TASK INPUT
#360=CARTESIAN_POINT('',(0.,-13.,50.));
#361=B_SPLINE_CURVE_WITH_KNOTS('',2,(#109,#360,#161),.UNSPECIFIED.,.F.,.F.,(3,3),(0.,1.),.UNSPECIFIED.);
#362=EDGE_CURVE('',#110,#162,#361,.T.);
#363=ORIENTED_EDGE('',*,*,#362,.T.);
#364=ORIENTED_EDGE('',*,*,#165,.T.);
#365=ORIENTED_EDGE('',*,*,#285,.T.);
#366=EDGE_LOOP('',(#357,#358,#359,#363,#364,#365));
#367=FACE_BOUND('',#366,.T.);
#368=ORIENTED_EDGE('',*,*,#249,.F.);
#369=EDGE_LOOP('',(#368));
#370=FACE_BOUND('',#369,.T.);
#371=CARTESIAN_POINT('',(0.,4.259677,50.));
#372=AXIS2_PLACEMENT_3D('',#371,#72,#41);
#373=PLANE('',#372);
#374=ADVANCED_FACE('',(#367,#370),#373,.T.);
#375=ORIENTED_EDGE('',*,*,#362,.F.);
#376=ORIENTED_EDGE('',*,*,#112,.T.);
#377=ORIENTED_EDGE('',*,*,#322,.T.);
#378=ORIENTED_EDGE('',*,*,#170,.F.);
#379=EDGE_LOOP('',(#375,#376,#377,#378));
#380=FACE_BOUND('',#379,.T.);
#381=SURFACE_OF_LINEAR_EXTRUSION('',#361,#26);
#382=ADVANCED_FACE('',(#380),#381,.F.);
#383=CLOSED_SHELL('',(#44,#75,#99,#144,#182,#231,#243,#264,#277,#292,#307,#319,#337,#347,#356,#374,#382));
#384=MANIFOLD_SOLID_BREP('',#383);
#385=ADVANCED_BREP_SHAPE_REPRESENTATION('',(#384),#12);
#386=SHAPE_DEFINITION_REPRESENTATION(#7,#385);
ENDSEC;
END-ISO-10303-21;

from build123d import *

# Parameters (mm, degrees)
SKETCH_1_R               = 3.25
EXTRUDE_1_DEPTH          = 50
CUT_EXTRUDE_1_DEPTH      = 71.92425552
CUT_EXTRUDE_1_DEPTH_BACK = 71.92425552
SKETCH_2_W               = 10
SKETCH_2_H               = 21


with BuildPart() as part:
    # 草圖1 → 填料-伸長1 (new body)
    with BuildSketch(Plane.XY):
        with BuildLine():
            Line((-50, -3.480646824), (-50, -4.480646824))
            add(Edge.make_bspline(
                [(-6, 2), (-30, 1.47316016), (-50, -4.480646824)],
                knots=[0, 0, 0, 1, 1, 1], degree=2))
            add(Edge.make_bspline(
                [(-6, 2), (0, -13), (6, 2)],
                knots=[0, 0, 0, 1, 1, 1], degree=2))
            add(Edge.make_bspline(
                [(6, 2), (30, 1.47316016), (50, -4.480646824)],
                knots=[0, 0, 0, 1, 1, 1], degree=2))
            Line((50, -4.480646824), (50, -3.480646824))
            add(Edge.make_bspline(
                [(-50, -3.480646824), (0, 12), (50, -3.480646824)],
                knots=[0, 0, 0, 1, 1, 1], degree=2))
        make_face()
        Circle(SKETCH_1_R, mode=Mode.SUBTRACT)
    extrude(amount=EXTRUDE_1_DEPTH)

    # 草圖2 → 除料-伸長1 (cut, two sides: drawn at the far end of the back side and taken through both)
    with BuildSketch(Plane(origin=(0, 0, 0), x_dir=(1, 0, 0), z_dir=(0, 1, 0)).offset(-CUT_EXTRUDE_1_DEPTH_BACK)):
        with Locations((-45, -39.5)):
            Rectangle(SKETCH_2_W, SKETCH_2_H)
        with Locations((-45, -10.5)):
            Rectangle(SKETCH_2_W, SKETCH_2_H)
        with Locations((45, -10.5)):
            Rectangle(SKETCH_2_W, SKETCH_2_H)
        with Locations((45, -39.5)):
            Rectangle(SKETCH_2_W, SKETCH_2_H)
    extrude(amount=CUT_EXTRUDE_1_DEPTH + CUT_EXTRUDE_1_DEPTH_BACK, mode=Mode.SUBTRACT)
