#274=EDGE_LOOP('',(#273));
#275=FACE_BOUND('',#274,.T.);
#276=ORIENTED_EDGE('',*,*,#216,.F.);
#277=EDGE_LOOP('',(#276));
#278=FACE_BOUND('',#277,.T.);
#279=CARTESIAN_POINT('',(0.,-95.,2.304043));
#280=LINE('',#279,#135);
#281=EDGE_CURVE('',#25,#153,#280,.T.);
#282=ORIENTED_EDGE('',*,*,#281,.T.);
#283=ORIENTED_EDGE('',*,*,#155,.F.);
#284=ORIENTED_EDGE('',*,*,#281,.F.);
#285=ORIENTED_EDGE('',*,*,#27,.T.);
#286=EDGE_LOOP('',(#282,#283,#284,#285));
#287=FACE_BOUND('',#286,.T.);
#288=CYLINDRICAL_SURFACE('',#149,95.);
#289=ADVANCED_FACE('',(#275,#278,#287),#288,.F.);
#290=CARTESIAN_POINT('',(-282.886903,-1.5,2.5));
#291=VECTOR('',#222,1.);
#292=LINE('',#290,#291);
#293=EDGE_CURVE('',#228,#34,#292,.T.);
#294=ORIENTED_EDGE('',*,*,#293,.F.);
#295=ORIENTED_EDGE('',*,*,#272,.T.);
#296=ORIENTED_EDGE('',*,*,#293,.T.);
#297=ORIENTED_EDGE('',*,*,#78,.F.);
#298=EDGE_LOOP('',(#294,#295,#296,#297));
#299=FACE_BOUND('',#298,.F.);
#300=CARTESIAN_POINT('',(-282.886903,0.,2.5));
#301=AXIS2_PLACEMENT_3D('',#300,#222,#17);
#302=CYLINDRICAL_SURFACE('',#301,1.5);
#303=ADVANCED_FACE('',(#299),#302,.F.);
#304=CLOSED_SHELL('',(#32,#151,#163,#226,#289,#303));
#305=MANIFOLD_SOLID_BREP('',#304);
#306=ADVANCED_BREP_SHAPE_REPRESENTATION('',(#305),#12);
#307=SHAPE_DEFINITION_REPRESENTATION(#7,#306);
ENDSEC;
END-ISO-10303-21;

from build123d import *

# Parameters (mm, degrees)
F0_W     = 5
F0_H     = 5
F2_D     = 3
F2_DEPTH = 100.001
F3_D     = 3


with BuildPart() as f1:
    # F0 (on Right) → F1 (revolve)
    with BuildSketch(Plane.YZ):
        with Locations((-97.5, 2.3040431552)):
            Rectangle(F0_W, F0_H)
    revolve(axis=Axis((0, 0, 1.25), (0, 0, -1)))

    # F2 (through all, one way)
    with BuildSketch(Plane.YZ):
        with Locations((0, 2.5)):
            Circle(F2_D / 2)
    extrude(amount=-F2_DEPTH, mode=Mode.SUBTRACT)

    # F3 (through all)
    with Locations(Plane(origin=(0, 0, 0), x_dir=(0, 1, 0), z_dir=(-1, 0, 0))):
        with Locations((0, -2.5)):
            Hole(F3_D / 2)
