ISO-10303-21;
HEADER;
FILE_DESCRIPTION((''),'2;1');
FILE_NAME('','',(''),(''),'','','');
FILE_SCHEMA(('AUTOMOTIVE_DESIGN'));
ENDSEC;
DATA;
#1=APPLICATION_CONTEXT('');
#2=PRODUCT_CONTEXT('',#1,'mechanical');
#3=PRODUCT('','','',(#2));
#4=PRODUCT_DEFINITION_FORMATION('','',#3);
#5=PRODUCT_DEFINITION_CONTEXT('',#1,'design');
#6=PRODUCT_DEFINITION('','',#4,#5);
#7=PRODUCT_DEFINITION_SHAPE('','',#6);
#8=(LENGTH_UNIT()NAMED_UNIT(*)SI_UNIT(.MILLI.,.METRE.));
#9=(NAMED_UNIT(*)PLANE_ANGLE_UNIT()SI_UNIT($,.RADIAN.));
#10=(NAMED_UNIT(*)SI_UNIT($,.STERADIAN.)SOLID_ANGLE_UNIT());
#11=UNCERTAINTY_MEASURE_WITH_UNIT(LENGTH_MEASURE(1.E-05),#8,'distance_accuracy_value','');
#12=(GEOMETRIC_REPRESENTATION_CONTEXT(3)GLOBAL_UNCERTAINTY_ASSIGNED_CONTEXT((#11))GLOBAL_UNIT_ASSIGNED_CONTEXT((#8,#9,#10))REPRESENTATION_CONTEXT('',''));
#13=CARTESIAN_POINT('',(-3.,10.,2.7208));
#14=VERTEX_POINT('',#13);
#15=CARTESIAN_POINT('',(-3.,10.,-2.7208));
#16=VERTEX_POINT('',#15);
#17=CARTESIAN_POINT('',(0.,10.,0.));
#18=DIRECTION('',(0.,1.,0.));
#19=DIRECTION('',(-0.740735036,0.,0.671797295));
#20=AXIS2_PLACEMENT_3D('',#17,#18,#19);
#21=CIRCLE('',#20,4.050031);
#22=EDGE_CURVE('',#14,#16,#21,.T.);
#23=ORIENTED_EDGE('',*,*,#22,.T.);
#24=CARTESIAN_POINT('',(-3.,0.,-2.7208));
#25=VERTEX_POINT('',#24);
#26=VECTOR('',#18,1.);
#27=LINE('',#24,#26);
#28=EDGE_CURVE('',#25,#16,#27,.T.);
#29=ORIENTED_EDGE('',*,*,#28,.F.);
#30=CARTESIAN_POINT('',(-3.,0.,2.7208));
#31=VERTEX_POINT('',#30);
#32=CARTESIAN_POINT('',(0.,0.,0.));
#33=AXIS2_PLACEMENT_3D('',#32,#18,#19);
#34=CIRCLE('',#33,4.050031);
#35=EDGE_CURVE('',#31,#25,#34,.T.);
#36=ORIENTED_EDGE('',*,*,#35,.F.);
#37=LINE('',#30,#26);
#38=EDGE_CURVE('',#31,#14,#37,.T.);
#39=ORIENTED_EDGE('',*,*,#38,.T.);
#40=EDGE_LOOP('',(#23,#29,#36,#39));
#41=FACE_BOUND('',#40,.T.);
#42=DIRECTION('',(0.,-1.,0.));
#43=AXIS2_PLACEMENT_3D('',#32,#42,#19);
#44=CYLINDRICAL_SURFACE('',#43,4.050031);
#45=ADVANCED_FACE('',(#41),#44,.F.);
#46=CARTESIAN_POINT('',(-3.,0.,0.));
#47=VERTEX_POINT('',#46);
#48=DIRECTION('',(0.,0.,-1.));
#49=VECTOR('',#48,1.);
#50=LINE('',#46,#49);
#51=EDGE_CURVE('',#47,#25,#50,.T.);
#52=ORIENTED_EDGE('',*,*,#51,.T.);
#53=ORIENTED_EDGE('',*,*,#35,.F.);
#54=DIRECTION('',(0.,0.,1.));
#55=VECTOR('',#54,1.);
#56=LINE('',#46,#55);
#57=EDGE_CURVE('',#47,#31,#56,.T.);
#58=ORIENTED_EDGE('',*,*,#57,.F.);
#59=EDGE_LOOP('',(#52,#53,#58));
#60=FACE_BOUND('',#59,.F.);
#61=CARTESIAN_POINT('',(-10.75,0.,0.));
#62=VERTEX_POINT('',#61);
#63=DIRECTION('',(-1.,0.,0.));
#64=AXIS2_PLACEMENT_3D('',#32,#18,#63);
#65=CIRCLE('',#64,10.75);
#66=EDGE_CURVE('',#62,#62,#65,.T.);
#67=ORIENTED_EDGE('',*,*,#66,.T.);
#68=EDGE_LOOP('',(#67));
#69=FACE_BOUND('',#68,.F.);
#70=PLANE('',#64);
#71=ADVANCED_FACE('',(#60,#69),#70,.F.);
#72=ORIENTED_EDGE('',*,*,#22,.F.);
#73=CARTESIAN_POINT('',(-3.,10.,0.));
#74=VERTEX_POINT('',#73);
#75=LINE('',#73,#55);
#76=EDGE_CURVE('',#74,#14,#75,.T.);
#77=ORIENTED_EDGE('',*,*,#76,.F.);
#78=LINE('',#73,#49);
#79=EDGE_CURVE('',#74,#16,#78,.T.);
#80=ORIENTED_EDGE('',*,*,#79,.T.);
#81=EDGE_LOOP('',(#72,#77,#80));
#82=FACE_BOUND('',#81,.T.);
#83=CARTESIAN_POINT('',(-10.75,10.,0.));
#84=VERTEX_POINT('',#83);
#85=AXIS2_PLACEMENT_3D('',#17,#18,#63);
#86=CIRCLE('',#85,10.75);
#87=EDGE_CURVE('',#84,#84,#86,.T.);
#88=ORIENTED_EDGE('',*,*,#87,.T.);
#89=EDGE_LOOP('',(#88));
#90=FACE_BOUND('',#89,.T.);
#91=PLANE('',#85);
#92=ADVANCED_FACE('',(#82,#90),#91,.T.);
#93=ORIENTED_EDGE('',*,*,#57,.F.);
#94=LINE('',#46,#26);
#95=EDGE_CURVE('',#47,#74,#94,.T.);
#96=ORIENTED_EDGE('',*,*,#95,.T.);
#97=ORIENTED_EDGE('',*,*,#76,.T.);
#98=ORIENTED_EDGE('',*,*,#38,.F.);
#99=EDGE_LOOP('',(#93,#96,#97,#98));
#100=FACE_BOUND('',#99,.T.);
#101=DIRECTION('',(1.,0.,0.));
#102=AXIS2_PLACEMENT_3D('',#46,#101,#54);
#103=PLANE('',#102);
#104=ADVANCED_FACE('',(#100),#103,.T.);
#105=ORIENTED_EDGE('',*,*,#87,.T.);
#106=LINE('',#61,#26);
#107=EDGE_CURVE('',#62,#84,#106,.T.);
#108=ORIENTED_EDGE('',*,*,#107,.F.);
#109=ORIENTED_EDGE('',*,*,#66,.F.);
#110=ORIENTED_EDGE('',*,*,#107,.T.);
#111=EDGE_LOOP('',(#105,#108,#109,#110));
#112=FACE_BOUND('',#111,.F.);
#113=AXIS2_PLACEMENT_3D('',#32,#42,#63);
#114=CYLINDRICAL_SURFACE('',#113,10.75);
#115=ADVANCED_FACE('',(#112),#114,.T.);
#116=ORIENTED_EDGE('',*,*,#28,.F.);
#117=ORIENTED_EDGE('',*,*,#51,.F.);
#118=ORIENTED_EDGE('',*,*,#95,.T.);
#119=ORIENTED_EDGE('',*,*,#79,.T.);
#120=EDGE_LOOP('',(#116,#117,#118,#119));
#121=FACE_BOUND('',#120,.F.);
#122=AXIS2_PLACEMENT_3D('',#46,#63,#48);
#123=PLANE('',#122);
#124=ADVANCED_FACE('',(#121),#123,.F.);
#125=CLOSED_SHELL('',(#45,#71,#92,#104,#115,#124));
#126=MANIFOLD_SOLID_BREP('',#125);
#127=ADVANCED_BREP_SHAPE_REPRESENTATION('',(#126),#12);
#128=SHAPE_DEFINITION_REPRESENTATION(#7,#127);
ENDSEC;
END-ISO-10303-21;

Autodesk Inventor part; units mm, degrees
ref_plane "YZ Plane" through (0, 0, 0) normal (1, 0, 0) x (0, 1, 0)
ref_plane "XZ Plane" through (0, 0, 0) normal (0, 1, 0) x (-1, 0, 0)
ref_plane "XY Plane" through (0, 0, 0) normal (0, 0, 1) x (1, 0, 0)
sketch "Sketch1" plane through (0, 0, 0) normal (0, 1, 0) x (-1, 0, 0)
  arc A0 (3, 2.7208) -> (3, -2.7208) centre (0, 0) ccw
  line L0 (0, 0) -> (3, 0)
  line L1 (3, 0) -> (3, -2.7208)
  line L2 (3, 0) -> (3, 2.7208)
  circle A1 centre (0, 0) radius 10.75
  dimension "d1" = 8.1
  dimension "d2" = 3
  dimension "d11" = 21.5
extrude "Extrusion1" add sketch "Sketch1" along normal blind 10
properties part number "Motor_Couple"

---

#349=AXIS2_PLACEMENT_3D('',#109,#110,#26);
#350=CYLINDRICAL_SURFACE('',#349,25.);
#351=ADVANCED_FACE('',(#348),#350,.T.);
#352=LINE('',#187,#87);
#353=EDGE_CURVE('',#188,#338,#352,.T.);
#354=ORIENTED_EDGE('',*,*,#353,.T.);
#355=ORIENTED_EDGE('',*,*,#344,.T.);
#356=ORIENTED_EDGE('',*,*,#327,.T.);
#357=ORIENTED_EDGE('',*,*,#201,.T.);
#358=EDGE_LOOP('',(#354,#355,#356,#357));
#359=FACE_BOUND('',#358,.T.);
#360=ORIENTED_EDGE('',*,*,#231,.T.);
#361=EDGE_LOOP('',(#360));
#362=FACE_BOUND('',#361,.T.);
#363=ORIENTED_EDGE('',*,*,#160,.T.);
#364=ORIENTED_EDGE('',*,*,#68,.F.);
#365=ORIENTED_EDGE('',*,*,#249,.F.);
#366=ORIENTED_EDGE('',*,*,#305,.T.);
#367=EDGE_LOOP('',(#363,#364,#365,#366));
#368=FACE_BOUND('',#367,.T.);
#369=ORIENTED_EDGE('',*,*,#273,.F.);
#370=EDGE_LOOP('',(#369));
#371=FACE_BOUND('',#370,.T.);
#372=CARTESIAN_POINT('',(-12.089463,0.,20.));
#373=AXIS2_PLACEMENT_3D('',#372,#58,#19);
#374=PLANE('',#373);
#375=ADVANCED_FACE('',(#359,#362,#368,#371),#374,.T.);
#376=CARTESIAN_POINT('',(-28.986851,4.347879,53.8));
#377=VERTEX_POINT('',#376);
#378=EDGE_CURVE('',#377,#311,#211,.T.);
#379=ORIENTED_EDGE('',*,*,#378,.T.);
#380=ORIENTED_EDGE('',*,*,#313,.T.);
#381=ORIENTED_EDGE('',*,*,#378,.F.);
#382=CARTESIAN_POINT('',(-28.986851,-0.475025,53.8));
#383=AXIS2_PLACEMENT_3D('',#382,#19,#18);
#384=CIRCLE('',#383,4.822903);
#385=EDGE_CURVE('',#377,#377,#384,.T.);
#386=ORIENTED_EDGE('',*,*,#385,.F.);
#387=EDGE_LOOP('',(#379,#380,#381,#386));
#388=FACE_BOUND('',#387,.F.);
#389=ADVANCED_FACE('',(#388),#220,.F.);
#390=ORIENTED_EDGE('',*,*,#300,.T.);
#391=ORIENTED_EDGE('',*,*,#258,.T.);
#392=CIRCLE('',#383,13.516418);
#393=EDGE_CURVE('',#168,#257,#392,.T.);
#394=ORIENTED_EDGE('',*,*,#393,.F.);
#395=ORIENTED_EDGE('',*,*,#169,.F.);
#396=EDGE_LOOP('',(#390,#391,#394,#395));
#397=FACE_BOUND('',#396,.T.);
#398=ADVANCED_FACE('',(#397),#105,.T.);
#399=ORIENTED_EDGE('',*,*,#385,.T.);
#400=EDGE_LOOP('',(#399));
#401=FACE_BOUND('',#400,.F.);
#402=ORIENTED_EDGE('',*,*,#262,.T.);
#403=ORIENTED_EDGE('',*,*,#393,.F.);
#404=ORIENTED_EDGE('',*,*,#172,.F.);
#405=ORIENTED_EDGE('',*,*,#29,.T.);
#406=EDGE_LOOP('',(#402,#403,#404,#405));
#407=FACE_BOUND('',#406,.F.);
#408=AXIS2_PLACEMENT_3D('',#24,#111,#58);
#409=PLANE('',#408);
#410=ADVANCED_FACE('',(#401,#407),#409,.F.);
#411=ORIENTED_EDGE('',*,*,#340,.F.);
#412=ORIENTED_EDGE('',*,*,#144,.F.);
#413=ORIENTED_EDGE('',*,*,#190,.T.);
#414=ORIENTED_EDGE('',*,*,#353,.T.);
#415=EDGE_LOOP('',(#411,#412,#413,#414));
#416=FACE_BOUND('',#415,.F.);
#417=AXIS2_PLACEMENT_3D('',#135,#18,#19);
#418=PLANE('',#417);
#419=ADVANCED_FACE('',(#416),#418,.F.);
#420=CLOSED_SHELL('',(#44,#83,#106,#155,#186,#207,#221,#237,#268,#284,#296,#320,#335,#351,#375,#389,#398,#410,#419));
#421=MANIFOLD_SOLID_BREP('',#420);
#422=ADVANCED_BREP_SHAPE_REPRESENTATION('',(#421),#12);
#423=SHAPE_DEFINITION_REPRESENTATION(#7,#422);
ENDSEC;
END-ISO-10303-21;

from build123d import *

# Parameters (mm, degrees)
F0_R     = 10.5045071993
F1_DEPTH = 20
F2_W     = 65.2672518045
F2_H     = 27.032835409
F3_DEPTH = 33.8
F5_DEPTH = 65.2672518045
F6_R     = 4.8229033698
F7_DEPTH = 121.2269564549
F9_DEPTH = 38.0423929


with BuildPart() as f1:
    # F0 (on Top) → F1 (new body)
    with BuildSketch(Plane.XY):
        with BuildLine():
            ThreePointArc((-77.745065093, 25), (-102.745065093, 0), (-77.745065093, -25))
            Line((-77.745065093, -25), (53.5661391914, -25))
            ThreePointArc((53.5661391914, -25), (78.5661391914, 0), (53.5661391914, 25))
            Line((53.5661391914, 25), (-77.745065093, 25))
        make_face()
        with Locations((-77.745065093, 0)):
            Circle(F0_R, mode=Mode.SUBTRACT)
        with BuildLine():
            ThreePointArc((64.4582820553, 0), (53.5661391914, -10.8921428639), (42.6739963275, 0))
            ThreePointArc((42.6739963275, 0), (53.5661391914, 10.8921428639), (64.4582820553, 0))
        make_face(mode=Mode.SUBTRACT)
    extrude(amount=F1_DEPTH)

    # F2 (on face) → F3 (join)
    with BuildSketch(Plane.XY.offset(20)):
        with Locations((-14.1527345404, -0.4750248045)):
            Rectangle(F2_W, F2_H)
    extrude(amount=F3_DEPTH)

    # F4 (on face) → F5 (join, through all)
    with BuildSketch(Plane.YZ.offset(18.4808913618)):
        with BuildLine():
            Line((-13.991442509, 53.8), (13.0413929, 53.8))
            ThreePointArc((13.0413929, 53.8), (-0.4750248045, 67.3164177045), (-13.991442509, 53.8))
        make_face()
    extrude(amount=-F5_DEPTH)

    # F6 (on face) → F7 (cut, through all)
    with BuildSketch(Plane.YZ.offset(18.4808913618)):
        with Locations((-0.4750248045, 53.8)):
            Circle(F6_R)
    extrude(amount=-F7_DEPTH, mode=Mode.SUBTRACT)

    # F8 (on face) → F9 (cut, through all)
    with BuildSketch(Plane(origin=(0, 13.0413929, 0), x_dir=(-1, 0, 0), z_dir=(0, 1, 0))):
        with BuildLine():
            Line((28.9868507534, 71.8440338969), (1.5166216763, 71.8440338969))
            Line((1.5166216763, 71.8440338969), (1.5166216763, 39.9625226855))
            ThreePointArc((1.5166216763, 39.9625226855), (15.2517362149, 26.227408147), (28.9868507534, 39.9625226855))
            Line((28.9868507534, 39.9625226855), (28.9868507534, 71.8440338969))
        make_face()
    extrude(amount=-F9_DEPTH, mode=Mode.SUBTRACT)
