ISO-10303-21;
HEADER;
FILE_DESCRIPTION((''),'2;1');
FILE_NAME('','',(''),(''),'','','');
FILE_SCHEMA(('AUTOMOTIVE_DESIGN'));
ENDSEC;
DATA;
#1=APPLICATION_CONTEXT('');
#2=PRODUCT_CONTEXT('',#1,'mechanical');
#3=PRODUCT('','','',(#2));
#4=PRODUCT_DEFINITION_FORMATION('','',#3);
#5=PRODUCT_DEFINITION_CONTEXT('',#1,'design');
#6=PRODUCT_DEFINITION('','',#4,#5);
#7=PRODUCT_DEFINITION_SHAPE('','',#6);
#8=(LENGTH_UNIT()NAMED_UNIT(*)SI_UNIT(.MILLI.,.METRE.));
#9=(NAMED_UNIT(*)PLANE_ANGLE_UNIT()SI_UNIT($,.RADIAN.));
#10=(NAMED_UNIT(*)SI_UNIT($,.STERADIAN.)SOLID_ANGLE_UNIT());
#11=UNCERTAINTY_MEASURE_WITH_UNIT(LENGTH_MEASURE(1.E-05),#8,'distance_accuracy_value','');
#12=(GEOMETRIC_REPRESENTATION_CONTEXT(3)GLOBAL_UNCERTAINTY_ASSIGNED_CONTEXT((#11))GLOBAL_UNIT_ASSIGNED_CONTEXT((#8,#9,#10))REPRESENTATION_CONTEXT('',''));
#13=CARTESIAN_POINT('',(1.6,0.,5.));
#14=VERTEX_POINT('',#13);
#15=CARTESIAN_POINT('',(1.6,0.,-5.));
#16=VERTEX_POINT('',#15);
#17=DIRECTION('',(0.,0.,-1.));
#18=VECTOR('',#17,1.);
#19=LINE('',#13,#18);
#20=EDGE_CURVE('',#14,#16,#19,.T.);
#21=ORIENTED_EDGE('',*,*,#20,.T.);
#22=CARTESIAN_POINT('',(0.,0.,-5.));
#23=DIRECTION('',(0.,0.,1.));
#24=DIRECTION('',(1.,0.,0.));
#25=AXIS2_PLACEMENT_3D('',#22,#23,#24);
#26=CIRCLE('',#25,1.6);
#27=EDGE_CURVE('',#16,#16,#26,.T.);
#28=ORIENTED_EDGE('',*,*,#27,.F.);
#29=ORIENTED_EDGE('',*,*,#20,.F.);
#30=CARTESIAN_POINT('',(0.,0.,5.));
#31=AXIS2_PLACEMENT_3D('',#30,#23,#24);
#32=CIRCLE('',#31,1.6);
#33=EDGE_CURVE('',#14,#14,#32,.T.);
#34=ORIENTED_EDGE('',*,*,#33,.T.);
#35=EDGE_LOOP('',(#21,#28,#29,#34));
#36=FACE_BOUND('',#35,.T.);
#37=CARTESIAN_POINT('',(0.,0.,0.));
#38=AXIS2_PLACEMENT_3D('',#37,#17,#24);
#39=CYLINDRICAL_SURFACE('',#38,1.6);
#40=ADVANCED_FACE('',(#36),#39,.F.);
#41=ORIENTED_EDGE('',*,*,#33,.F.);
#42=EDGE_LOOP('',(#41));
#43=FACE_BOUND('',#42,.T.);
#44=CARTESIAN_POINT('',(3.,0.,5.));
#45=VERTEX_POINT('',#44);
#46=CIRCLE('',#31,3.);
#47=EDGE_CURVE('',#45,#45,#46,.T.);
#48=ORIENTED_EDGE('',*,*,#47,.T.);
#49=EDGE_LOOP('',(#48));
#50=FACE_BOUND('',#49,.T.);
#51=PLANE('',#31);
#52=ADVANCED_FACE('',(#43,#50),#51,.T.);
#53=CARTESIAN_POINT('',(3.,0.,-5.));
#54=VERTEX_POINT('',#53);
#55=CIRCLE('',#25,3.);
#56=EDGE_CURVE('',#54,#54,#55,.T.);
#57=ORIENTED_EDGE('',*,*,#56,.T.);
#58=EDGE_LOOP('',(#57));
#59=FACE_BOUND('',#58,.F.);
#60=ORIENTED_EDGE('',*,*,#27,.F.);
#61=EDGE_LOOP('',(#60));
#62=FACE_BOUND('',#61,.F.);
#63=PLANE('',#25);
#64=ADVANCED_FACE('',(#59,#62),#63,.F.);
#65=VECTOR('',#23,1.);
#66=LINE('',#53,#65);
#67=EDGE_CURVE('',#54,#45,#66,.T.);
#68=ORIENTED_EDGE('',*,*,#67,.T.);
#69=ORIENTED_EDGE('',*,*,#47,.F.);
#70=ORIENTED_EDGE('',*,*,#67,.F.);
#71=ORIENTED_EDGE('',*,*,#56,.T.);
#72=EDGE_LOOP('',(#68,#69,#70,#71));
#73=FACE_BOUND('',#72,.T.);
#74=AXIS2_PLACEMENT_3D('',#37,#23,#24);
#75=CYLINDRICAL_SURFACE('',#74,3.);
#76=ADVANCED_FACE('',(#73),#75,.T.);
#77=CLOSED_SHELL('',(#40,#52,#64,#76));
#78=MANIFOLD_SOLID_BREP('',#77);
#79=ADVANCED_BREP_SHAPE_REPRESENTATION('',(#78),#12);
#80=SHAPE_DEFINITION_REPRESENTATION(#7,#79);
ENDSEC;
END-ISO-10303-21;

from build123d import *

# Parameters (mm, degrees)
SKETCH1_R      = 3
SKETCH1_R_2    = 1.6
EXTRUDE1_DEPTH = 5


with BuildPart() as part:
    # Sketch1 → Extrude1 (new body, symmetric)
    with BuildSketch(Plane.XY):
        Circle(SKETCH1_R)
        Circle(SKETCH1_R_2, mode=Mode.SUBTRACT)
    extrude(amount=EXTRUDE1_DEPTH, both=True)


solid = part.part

EXERCISE BRIEF
Your task is to restate, word for word, only those lines above that fall between the line holding "F5_DEPTH = 65.2672518045" and the line holding "# F8 (on face) → F9 (cut, through all)", inclusive.

ANSWER TO THE EXERCISE
F5_DEPTH = 65.2672518045
F6_R     = 4.8229033698
F7_DEPTH = 121.2269564549
F9_DEPTH = 38.0423929


with BuildPart() as f1:
    # F0 (on Top) → F1 (new body)
    with BuildSketch(Plane.XY):
        with BuildLine():
            ThreePointArc((-77.745065093, 25), (-102.745065093, 0), (-77.745065093, -25))
            Line((-77.745065093, -25), (53.5661391914, -25))
            ThreePointArc((53.5661391914, -25), (78.5661391914, 0), (53.5661391914, 25))
            Line((53.5661391914, 25), (-77.745065093, 25))
        make_face()
        with Locations((-77.745065093, 0)):
            Circle(F0_R, mode=Mode.SUBTRACT)
        with BuildLine():
            ThreePointArc((64.4582820553, 0), (53.5661391914, -10.8921428639), (42.6739963275, 0))
            ThreePointArc((42.6739963275, 0), (53.5661391914, 10.8921428639), (64.4582820553, 0))
        make_face(mode=Mode.SUBTRACT)
    extrude(amount=F1_DEPTH)

    # F2 (on face) → F3 (join)
    with BuildSketch(Plane.XY.offset(20)):
        with Locations((-14.1527345404, -0.4750248045)):
            Rectangle(F2_W, F2_H)
    extrude(amount=F3_DEPTH)

    # F4 (on face) → F5 (join, through all)
    with BuildSketch(Plane.YZ.offset(18.4808913618)):
        with BuildLine():
            Line((-13.991442509, 53.8), (13.0413929, 53.8))
            ThreePointArc((13.0413929, 53.8), (-0.4750248045, 67.3164177045), (-13.991442509, 53.8))
        make_face()
    extrude(amount=-F5_DEPTH)

    # F6 (on face) → F7 (cut, through all)
    with BuildSketch(Plane.YZ.offset(18.4808913618)):
        with Locations((-0.4750248045, 53.8)):
            Circle(F6_R)
    extrude(amount=-F7_DEPTH, mode=Mode.SUBTRACT)

    # F8 (on face) → F9 (cut, through all)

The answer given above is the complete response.